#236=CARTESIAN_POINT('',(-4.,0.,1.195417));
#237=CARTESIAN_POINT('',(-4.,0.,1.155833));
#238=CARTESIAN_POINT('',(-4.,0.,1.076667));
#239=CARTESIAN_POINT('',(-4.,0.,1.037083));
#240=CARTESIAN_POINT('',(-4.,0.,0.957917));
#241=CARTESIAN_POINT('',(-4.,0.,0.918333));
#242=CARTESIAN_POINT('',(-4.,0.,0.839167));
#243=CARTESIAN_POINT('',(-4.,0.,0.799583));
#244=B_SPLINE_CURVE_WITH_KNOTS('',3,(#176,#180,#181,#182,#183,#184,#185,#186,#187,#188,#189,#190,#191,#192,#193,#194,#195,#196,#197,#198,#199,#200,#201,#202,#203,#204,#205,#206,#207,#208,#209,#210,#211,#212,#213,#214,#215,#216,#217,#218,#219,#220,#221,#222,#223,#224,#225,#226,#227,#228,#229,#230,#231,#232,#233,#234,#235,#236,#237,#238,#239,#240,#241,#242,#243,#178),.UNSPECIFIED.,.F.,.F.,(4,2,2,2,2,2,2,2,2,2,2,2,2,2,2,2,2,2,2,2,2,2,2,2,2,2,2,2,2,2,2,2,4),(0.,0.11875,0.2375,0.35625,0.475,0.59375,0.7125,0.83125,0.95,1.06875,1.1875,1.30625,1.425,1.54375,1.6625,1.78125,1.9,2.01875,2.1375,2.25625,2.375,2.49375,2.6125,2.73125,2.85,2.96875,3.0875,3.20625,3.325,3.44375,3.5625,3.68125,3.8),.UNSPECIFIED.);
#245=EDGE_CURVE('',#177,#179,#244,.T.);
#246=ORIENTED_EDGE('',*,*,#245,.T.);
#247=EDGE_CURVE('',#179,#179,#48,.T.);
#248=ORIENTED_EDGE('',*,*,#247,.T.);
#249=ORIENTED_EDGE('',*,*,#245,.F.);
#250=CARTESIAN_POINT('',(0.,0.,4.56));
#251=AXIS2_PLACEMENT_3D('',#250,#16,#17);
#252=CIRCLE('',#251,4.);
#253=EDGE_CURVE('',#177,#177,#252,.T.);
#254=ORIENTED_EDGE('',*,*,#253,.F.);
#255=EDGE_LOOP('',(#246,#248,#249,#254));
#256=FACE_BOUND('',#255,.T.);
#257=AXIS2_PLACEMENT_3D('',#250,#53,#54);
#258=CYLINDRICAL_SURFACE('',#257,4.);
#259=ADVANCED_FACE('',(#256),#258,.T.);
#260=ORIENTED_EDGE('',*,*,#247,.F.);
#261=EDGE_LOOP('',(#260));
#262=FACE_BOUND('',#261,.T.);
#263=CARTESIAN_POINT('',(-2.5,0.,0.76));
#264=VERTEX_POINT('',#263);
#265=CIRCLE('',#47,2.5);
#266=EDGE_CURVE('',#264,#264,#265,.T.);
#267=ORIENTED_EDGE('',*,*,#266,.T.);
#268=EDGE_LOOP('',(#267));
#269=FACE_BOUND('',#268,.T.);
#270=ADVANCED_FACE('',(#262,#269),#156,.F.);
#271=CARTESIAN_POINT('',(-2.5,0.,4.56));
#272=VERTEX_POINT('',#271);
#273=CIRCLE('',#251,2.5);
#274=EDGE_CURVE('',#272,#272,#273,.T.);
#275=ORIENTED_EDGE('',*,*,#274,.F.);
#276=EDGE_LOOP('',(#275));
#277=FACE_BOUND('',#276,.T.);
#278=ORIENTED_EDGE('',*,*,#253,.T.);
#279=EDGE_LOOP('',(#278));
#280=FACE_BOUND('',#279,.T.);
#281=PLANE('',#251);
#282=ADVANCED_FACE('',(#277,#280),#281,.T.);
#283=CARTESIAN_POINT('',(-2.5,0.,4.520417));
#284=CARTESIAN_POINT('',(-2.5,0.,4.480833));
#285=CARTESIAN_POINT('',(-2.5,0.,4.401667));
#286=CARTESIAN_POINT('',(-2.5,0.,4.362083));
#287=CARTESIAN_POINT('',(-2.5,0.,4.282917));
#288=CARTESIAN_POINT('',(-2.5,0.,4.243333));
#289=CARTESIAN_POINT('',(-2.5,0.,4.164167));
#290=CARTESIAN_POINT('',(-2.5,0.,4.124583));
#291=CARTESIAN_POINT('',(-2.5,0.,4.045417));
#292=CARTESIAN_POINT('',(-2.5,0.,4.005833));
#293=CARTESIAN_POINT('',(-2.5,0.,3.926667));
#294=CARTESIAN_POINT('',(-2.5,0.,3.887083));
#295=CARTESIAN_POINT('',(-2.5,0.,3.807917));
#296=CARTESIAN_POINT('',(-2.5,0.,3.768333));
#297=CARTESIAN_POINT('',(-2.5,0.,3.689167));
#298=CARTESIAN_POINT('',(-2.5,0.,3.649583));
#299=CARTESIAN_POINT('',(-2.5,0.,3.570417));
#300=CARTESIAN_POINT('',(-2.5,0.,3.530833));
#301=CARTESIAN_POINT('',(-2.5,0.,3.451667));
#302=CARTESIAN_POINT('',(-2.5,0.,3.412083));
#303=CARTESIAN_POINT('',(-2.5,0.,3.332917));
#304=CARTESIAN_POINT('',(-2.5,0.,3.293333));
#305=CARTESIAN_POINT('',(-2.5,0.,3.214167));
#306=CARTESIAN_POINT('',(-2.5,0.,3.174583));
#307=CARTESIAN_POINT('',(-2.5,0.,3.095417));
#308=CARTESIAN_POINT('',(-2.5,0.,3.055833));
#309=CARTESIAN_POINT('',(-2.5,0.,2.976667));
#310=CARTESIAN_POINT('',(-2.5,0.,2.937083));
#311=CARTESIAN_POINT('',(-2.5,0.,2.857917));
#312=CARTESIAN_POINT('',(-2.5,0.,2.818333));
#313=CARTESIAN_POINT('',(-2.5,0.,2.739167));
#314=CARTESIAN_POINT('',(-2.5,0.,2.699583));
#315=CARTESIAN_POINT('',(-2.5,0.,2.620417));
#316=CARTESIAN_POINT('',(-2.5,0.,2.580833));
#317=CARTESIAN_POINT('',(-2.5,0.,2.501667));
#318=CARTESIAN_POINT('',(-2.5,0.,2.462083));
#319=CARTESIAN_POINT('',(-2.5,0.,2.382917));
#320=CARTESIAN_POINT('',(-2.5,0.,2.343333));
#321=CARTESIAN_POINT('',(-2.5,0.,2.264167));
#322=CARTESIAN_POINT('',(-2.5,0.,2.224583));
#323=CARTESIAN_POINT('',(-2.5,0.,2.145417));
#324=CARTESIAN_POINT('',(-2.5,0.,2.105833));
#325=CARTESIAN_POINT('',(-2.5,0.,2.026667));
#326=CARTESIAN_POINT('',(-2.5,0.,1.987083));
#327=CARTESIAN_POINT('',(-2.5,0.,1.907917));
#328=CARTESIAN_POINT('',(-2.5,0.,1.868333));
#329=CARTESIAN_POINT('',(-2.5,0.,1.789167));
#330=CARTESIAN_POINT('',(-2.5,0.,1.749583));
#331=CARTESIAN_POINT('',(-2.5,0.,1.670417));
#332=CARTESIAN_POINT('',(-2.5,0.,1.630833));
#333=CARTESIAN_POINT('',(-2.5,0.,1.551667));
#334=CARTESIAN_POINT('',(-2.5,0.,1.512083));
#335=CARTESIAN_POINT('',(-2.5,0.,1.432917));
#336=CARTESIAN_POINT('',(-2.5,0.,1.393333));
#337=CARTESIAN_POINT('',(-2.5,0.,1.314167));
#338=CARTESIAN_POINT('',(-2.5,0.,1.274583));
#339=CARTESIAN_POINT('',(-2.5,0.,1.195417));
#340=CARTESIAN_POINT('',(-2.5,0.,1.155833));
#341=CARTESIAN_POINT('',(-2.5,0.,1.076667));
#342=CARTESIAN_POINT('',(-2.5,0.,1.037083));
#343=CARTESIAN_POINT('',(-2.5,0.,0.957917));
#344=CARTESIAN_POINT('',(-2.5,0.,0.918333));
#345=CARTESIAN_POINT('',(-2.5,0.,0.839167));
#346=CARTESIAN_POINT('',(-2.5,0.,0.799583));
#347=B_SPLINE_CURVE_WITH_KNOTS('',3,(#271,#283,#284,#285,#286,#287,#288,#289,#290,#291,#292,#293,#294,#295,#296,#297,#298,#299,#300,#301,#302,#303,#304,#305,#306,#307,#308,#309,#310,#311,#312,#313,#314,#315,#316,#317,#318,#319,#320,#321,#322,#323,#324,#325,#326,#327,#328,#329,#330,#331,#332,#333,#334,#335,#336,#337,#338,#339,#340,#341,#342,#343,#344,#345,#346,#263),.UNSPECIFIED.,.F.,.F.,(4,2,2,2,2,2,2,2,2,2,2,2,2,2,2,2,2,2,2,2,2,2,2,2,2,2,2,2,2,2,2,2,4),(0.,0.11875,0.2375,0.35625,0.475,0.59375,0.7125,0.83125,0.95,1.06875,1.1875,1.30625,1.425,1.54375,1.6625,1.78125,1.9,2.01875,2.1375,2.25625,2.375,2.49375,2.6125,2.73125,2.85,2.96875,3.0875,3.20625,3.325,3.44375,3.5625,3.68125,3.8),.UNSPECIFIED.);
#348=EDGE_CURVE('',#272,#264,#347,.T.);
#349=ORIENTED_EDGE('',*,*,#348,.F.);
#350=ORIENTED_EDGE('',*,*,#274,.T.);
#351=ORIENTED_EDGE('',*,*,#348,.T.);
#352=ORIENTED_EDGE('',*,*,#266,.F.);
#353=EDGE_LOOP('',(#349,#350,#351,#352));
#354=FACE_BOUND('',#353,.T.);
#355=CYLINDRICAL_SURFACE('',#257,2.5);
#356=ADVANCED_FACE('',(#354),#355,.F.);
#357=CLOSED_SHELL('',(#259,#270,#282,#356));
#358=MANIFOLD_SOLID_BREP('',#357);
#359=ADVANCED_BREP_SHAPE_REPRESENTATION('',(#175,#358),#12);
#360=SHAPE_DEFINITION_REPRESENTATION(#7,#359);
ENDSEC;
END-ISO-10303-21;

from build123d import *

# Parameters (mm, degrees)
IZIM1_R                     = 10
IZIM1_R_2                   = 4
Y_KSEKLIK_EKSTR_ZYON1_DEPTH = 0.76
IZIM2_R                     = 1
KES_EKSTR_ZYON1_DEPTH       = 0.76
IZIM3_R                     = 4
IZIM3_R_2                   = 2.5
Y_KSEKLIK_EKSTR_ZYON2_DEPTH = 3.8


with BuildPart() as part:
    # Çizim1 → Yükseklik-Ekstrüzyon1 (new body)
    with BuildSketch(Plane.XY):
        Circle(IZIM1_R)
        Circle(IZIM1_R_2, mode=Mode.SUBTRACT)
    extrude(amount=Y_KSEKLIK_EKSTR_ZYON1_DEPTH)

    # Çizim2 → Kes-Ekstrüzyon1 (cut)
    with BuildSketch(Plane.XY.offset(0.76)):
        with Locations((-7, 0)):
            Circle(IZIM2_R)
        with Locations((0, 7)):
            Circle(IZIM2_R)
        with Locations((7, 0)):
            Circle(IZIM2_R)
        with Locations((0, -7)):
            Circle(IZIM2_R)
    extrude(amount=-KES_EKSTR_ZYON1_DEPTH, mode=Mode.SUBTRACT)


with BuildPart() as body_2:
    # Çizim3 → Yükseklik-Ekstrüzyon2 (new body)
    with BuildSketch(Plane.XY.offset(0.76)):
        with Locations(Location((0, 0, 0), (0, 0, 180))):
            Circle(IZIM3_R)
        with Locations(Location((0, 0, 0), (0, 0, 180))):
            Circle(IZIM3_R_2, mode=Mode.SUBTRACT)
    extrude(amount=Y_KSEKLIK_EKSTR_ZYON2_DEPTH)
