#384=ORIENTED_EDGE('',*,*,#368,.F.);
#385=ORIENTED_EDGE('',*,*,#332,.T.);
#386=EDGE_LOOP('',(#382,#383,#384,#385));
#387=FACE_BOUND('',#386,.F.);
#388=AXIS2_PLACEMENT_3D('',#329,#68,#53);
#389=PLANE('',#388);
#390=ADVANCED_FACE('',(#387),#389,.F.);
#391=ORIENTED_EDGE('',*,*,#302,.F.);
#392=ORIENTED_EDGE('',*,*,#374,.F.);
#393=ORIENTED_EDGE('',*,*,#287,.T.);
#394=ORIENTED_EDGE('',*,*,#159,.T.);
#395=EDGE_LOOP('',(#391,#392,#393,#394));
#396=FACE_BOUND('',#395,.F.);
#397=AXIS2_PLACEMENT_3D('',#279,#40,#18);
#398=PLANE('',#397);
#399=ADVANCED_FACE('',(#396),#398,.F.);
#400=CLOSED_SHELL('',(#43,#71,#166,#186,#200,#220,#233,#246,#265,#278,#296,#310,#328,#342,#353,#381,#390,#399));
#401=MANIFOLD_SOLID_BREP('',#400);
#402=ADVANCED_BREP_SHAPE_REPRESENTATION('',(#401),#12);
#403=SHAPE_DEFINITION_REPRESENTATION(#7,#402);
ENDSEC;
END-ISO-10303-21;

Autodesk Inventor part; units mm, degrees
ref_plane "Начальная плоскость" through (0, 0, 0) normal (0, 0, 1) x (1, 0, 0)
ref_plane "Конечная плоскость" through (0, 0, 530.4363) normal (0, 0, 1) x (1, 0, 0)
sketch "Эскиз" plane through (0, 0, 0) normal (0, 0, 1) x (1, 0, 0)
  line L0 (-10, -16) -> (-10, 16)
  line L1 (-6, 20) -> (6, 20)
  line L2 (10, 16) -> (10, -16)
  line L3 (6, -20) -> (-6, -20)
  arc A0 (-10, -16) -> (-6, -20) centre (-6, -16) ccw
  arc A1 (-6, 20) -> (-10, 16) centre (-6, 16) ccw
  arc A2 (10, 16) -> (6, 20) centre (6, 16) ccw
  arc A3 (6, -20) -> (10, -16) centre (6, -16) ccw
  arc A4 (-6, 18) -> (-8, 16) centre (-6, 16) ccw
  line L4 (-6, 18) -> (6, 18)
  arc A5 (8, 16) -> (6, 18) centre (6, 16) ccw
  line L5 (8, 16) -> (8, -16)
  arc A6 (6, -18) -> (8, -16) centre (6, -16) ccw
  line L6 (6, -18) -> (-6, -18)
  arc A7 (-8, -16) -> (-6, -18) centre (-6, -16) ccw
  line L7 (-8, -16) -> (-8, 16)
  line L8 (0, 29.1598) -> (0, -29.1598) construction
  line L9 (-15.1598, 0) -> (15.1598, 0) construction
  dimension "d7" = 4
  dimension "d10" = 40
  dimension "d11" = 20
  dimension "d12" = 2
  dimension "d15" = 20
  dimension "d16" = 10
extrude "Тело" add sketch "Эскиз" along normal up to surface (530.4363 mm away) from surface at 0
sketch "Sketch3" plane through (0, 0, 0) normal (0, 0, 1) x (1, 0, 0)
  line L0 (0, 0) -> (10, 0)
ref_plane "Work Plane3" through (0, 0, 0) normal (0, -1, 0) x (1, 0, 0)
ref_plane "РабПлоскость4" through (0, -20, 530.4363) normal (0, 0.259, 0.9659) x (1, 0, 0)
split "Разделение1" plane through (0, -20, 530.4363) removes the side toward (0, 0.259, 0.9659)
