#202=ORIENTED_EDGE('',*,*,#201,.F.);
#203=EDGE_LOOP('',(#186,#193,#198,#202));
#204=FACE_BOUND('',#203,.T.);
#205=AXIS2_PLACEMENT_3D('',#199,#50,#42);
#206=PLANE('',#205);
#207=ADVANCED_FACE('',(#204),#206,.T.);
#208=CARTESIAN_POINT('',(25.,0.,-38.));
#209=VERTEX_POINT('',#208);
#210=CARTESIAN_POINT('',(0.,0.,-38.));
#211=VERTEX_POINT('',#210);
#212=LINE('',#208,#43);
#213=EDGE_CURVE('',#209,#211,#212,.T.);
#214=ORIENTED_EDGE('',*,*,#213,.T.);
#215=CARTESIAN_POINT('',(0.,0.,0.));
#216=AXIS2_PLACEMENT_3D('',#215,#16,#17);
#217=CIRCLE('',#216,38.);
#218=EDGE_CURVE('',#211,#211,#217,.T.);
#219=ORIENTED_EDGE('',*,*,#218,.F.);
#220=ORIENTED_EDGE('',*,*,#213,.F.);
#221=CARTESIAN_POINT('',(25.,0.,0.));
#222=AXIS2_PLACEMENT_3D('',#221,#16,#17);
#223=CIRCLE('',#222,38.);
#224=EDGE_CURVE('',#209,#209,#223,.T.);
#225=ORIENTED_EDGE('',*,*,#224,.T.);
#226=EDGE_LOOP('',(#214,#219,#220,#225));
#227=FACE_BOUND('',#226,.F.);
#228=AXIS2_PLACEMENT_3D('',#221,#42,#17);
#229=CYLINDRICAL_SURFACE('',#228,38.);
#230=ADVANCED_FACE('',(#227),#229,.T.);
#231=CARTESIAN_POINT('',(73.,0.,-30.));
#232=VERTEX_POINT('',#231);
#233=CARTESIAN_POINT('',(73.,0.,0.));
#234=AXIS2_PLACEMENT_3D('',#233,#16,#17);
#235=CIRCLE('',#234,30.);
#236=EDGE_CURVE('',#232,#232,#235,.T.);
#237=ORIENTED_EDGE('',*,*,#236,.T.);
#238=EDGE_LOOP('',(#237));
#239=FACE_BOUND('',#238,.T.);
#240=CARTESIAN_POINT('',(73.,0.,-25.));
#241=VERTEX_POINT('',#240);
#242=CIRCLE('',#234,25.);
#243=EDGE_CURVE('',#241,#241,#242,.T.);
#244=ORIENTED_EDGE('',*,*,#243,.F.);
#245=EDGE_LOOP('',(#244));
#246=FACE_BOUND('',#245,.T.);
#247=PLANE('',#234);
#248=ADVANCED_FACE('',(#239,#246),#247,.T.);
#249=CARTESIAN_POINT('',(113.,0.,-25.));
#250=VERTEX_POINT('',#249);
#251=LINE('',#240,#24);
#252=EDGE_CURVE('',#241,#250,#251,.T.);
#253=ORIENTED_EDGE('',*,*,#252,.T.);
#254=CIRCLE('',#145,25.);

+ + + + +

Within the listing above, extract exactly the lines from the line with "#401=MANIFOLD_SOLID_BREP('',#400);" to the line with "line L0 (-10, -16) -> (-10, 16)", the two named lines included, and no others.

### Exercise output
#401=MANIFOLD_SOLID_BREP('',#400);
#402=ADVANCED_BREP_SHAPE_REPRESENTATION('',(#401),#12);
#403=SHAPE_DEFINITION_REPRESENTATION(#7,#402);
ENDSEC;
END-ISO-10303-21;

Autodesk Inventor part; units mm, degrees
ref_plane "Начальная плоскость" through (0, 0, 0) normal (0, 0, 1) x (1, 0, 0)
ref_plane "Конечная плоскость" through (0, 0, 530.4363) normal (0, 0, 1) x (1, 0, 0)
sketch "Эскиз" plane through (0, 0, 0) normal (0, 0, 1) x (1, 0, 0)
  line L0 (-10, -16) -> (-10, 16)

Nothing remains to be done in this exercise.